What is needed: The required result is a copy of each line below in which "solids" appears.

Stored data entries
[Start of section]

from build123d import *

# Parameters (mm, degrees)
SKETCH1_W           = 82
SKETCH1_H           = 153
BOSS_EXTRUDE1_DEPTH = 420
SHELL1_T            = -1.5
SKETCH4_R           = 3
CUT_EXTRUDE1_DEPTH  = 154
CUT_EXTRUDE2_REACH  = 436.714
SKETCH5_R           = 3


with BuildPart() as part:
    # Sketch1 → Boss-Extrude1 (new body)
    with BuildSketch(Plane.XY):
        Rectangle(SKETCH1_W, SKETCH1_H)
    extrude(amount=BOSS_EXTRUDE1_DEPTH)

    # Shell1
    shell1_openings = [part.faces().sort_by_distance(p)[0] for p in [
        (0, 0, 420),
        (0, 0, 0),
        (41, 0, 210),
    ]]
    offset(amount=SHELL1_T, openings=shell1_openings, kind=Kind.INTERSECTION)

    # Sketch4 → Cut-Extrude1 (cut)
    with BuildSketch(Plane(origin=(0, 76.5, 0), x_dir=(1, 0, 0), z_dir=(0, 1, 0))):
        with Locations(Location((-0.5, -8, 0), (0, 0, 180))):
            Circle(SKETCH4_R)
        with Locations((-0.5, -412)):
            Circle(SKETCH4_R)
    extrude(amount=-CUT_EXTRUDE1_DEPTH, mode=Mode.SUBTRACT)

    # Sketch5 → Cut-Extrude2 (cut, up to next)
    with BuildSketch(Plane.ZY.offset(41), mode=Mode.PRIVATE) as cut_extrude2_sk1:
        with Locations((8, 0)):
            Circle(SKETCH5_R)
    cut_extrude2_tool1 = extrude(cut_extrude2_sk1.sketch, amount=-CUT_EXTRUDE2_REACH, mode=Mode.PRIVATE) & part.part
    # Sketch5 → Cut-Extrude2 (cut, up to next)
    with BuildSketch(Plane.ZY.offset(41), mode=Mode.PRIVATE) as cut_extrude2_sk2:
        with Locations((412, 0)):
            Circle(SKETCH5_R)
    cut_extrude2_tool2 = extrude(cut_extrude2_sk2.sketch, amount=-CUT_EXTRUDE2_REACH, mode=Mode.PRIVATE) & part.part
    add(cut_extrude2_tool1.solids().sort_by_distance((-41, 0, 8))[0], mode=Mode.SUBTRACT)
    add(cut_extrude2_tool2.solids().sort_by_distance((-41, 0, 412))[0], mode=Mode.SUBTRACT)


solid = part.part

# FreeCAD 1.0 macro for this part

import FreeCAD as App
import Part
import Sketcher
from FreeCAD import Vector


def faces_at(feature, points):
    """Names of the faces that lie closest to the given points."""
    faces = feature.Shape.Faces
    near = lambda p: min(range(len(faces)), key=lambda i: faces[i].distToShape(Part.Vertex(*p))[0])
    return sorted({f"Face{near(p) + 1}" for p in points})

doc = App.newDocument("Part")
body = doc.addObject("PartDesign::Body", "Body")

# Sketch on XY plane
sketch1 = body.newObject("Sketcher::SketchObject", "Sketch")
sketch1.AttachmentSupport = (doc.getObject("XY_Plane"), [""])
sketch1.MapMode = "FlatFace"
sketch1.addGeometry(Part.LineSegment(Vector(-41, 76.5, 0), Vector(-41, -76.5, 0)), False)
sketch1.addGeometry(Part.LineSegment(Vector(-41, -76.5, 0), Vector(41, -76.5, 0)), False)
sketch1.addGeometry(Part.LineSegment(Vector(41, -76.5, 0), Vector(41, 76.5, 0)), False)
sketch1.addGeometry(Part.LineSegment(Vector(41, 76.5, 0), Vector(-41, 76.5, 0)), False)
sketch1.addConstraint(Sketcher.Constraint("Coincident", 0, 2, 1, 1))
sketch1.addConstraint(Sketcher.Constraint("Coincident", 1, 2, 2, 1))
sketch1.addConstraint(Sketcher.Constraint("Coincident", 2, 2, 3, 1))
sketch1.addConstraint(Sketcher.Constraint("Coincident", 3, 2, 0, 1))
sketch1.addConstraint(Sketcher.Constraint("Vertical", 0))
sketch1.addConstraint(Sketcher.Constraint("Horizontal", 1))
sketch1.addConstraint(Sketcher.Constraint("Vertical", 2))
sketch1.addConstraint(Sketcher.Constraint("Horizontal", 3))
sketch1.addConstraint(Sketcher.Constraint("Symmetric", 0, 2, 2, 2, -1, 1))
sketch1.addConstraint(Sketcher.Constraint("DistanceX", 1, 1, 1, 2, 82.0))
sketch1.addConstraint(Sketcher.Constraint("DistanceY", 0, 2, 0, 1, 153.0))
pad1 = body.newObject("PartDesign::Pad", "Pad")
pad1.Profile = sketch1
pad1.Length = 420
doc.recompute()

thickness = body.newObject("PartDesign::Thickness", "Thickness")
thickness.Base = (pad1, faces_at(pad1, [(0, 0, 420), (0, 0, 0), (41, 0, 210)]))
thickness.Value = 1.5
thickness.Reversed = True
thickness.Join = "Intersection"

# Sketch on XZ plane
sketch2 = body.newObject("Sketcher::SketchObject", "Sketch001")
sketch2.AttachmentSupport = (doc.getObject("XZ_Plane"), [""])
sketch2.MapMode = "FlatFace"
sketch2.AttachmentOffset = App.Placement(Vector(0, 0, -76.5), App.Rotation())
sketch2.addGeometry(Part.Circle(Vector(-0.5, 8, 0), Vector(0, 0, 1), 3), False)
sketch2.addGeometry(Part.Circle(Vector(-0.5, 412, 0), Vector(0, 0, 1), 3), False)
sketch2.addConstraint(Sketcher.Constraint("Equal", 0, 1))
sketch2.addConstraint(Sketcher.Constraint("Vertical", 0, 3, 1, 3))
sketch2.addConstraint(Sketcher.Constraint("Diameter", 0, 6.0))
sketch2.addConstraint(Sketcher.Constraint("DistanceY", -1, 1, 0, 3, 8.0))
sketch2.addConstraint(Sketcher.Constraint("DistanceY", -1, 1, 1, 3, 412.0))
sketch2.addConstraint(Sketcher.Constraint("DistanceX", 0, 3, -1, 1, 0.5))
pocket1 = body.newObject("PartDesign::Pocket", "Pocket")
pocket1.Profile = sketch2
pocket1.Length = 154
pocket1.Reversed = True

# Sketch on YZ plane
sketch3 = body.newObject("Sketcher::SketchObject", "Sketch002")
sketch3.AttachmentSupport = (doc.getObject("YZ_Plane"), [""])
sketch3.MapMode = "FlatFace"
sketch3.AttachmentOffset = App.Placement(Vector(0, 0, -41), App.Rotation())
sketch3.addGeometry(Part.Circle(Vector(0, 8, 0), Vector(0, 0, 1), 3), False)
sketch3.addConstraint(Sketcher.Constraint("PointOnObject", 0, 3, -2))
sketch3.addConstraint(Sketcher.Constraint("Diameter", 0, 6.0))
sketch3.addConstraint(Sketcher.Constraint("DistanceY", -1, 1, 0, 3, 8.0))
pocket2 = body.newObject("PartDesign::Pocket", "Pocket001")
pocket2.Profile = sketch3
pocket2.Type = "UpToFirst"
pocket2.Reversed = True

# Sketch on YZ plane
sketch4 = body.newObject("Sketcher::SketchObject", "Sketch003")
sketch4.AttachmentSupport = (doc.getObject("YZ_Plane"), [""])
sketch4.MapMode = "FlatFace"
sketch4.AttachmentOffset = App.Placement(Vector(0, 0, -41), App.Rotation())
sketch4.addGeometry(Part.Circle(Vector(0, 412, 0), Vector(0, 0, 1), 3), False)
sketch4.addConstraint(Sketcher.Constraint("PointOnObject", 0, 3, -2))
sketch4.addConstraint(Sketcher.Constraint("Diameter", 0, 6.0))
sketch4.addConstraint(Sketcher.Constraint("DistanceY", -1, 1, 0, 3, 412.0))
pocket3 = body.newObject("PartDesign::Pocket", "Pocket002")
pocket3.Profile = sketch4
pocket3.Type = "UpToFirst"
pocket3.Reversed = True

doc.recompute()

[End of section]
[Start of section]

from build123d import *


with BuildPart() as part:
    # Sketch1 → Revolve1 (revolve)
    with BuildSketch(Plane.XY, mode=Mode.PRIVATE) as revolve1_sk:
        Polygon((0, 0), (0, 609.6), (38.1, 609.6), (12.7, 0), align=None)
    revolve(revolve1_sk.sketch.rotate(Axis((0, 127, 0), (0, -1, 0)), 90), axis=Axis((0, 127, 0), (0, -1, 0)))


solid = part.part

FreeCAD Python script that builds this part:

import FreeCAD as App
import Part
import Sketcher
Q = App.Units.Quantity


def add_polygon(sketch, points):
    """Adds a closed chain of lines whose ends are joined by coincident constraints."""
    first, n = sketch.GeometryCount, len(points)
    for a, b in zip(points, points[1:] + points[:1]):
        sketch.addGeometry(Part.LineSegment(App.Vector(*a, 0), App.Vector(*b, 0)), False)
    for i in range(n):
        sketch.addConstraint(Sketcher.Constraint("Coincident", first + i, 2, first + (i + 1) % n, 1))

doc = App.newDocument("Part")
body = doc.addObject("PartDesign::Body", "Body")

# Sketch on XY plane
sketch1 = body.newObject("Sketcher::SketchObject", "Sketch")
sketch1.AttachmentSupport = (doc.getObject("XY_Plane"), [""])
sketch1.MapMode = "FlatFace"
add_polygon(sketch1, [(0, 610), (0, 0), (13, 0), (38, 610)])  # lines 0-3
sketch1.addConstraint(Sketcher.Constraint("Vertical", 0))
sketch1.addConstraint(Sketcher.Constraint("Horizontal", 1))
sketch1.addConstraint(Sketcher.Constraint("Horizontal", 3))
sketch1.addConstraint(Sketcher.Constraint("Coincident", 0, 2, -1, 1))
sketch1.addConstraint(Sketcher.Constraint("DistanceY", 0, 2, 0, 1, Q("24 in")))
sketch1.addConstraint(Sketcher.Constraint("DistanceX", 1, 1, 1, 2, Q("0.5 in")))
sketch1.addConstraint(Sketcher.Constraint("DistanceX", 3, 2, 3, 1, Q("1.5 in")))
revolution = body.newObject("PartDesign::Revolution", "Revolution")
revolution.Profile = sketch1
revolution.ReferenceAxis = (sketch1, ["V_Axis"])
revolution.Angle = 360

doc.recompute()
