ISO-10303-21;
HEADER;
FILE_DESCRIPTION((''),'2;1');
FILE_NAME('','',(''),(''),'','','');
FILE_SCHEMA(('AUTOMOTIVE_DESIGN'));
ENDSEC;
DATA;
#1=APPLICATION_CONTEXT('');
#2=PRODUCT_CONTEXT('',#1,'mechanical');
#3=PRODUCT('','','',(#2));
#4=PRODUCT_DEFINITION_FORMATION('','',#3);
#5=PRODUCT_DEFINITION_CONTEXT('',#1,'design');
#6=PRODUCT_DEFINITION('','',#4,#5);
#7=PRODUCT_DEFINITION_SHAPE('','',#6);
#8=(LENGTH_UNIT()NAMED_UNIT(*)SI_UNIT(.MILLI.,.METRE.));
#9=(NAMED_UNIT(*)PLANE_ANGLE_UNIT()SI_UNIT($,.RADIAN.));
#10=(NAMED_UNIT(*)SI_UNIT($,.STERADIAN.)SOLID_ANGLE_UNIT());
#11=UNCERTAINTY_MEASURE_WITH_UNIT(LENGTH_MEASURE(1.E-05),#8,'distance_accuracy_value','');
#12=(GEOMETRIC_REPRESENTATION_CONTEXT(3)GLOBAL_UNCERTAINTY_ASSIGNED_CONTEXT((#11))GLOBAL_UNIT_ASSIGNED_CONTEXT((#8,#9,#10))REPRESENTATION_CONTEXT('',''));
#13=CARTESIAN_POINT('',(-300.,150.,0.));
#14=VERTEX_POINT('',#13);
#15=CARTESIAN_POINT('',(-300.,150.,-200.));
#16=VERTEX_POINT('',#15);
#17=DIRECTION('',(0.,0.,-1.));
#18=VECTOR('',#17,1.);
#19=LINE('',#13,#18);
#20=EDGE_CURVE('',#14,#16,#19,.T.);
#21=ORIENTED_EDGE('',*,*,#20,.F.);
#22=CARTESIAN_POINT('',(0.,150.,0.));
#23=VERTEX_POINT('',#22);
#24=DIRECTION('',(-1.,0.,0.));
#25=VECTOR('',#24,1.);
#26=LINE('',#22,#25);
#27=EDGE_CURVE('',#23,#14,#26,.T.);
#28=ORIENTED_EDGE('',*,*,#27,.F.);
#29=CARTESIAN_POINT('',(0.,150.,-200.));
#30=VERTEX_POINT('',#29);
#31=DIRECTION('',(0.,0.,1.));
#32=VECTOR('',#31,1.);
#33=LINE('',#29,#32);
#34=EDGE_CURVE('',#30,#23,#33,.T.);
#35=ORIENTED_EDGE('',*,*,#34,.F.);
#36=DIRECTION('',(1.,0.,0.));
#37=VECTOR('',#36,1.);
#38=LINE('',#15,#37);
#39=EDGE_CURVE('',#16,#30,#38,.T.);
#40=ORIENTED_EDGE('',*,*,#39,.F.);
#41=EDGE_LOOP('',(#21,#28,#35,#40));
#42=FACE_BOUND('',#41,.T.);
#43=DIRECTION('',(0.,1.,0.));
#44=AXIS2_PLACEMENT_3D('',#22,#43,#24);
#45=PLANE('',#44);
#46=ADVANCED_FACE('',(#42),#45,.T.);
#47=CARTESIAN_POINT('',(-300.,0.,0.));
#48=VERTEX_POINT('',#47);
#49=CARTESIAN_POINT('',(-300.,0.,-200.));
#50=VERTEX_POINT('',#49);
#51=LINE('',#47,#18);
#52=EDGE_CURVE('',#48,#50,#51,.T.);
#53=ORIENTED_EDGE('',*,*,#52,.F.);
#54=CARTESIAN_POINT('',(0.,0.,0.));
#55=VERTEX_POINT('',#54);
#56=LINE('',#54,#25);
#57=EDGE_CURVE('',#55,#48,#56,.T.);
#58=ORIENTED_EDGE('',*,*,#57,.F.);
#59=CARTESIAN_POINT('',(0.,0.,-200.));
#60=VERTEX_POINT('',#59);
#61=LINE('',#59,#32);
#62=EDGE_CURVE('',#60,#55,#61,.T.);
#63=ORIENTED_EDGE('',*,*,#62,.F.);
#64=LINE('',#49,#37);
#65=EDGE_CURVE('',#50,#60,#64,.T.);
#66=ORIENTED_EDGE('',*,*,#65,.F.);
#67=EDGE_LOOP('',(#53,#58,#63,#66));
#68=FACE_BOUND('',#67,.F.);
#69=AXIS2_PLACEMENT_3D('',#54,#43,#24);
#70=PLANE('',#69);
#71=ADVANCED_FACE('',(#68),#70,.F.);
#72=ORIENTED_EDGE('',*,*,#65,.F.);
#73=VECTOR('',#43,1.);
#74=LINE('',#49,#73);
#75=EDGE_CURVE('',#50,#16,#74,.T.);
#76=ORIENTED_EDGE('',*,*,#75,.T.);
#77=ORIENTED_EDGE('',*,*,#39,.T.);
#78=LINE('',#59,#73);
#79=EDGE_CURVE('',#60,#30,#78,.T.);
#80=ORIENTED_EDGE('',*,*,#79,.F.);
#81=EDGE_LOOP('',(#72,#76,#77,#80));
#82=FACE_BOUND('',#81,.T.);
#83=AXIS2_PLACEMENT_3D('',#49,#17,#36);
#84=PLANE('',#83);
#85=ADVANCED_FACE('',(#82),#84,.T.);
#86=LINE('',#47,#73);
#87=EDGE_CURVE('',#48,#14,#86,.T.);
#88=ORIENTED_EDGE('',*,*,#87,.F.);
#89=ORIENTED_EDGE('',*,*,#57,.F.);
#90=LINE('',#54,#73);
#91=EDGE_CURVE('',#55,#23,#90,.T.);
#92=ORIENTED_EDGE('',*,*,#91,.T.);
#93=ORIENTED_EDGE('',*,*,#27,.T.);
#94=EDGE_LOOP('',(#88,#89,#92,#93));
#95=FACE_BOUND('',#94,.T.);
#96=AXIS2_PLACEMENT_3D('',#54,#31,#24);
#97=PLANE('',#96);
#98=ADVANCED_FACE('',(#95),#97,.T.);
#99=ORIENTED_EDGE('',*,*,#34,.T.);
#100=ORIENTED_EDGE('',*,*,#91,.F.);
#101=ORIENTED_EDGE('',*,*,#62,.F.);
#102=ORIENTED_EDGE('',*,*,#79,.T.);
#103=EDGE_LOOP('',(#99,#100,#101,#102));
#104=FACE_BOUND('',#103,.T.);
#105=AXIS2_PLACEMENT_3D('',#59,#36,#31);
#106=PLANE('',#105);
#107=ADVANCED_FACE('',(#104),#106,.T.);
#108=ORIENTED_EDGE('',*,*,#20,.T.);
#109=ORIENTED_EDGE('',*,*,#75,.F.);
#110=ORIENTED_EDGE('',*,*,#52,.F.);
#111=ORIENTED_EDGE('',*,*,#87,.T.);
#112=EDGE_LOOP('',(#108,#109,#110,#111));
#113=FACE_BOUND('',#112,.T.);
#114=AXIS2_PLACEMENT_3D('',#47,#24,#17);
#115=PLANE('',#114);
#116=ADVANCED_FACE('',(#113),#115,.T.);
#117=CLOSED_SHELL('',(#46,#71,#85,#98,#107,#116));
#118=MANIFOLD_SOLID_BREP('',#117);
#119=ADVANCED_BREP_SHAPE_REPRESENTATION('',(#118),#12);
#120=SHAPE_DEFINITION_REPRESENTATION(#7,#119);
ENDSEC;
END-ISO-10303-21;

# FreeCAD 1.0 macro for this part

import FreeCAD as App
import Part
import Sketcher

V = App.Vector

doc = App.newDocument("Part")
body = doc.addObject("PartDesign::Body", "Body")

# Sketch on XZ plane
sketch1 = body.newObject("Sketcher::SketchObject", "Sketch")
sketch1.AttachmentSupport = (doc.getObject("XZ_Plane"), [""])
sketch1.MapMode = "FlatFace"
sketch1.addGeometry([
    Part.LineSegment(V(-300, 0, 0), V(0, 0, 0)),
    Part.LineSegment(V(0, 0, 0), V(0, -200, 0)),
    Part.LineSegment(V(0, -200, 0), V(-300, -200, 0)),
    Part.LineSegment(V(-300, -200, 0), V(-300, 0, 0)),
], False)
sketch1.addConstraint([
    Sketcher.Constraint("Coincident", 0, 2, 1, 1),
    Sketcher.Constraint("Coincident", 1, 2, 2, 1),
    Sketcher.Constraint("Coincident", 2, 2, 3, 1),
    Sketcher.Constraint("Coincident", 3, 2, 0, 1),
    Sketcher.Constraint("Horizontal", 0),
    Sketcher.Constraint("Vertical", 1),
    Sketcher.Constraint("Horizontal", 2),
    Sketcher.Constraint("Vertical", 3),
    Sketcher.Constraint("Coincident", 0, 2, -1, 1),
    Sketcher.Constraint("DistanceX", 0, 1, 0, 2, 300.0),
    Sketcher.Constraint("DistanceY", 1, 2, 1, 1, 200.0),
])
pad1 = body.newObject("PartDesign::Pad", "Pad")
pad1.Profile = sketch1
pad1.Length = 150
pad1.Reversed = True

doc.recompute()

[End of section]

Written answer:
    add(cut_extrude2_tool1.solids().sort_by_distance((-41, 0, 8))[0], mode=Mode.SUBTRACT)
    add(cut_extrude2_tool2.solids().sort_by_distance((-41, 0, 412))[0], mode=Mode.SUBTRACT)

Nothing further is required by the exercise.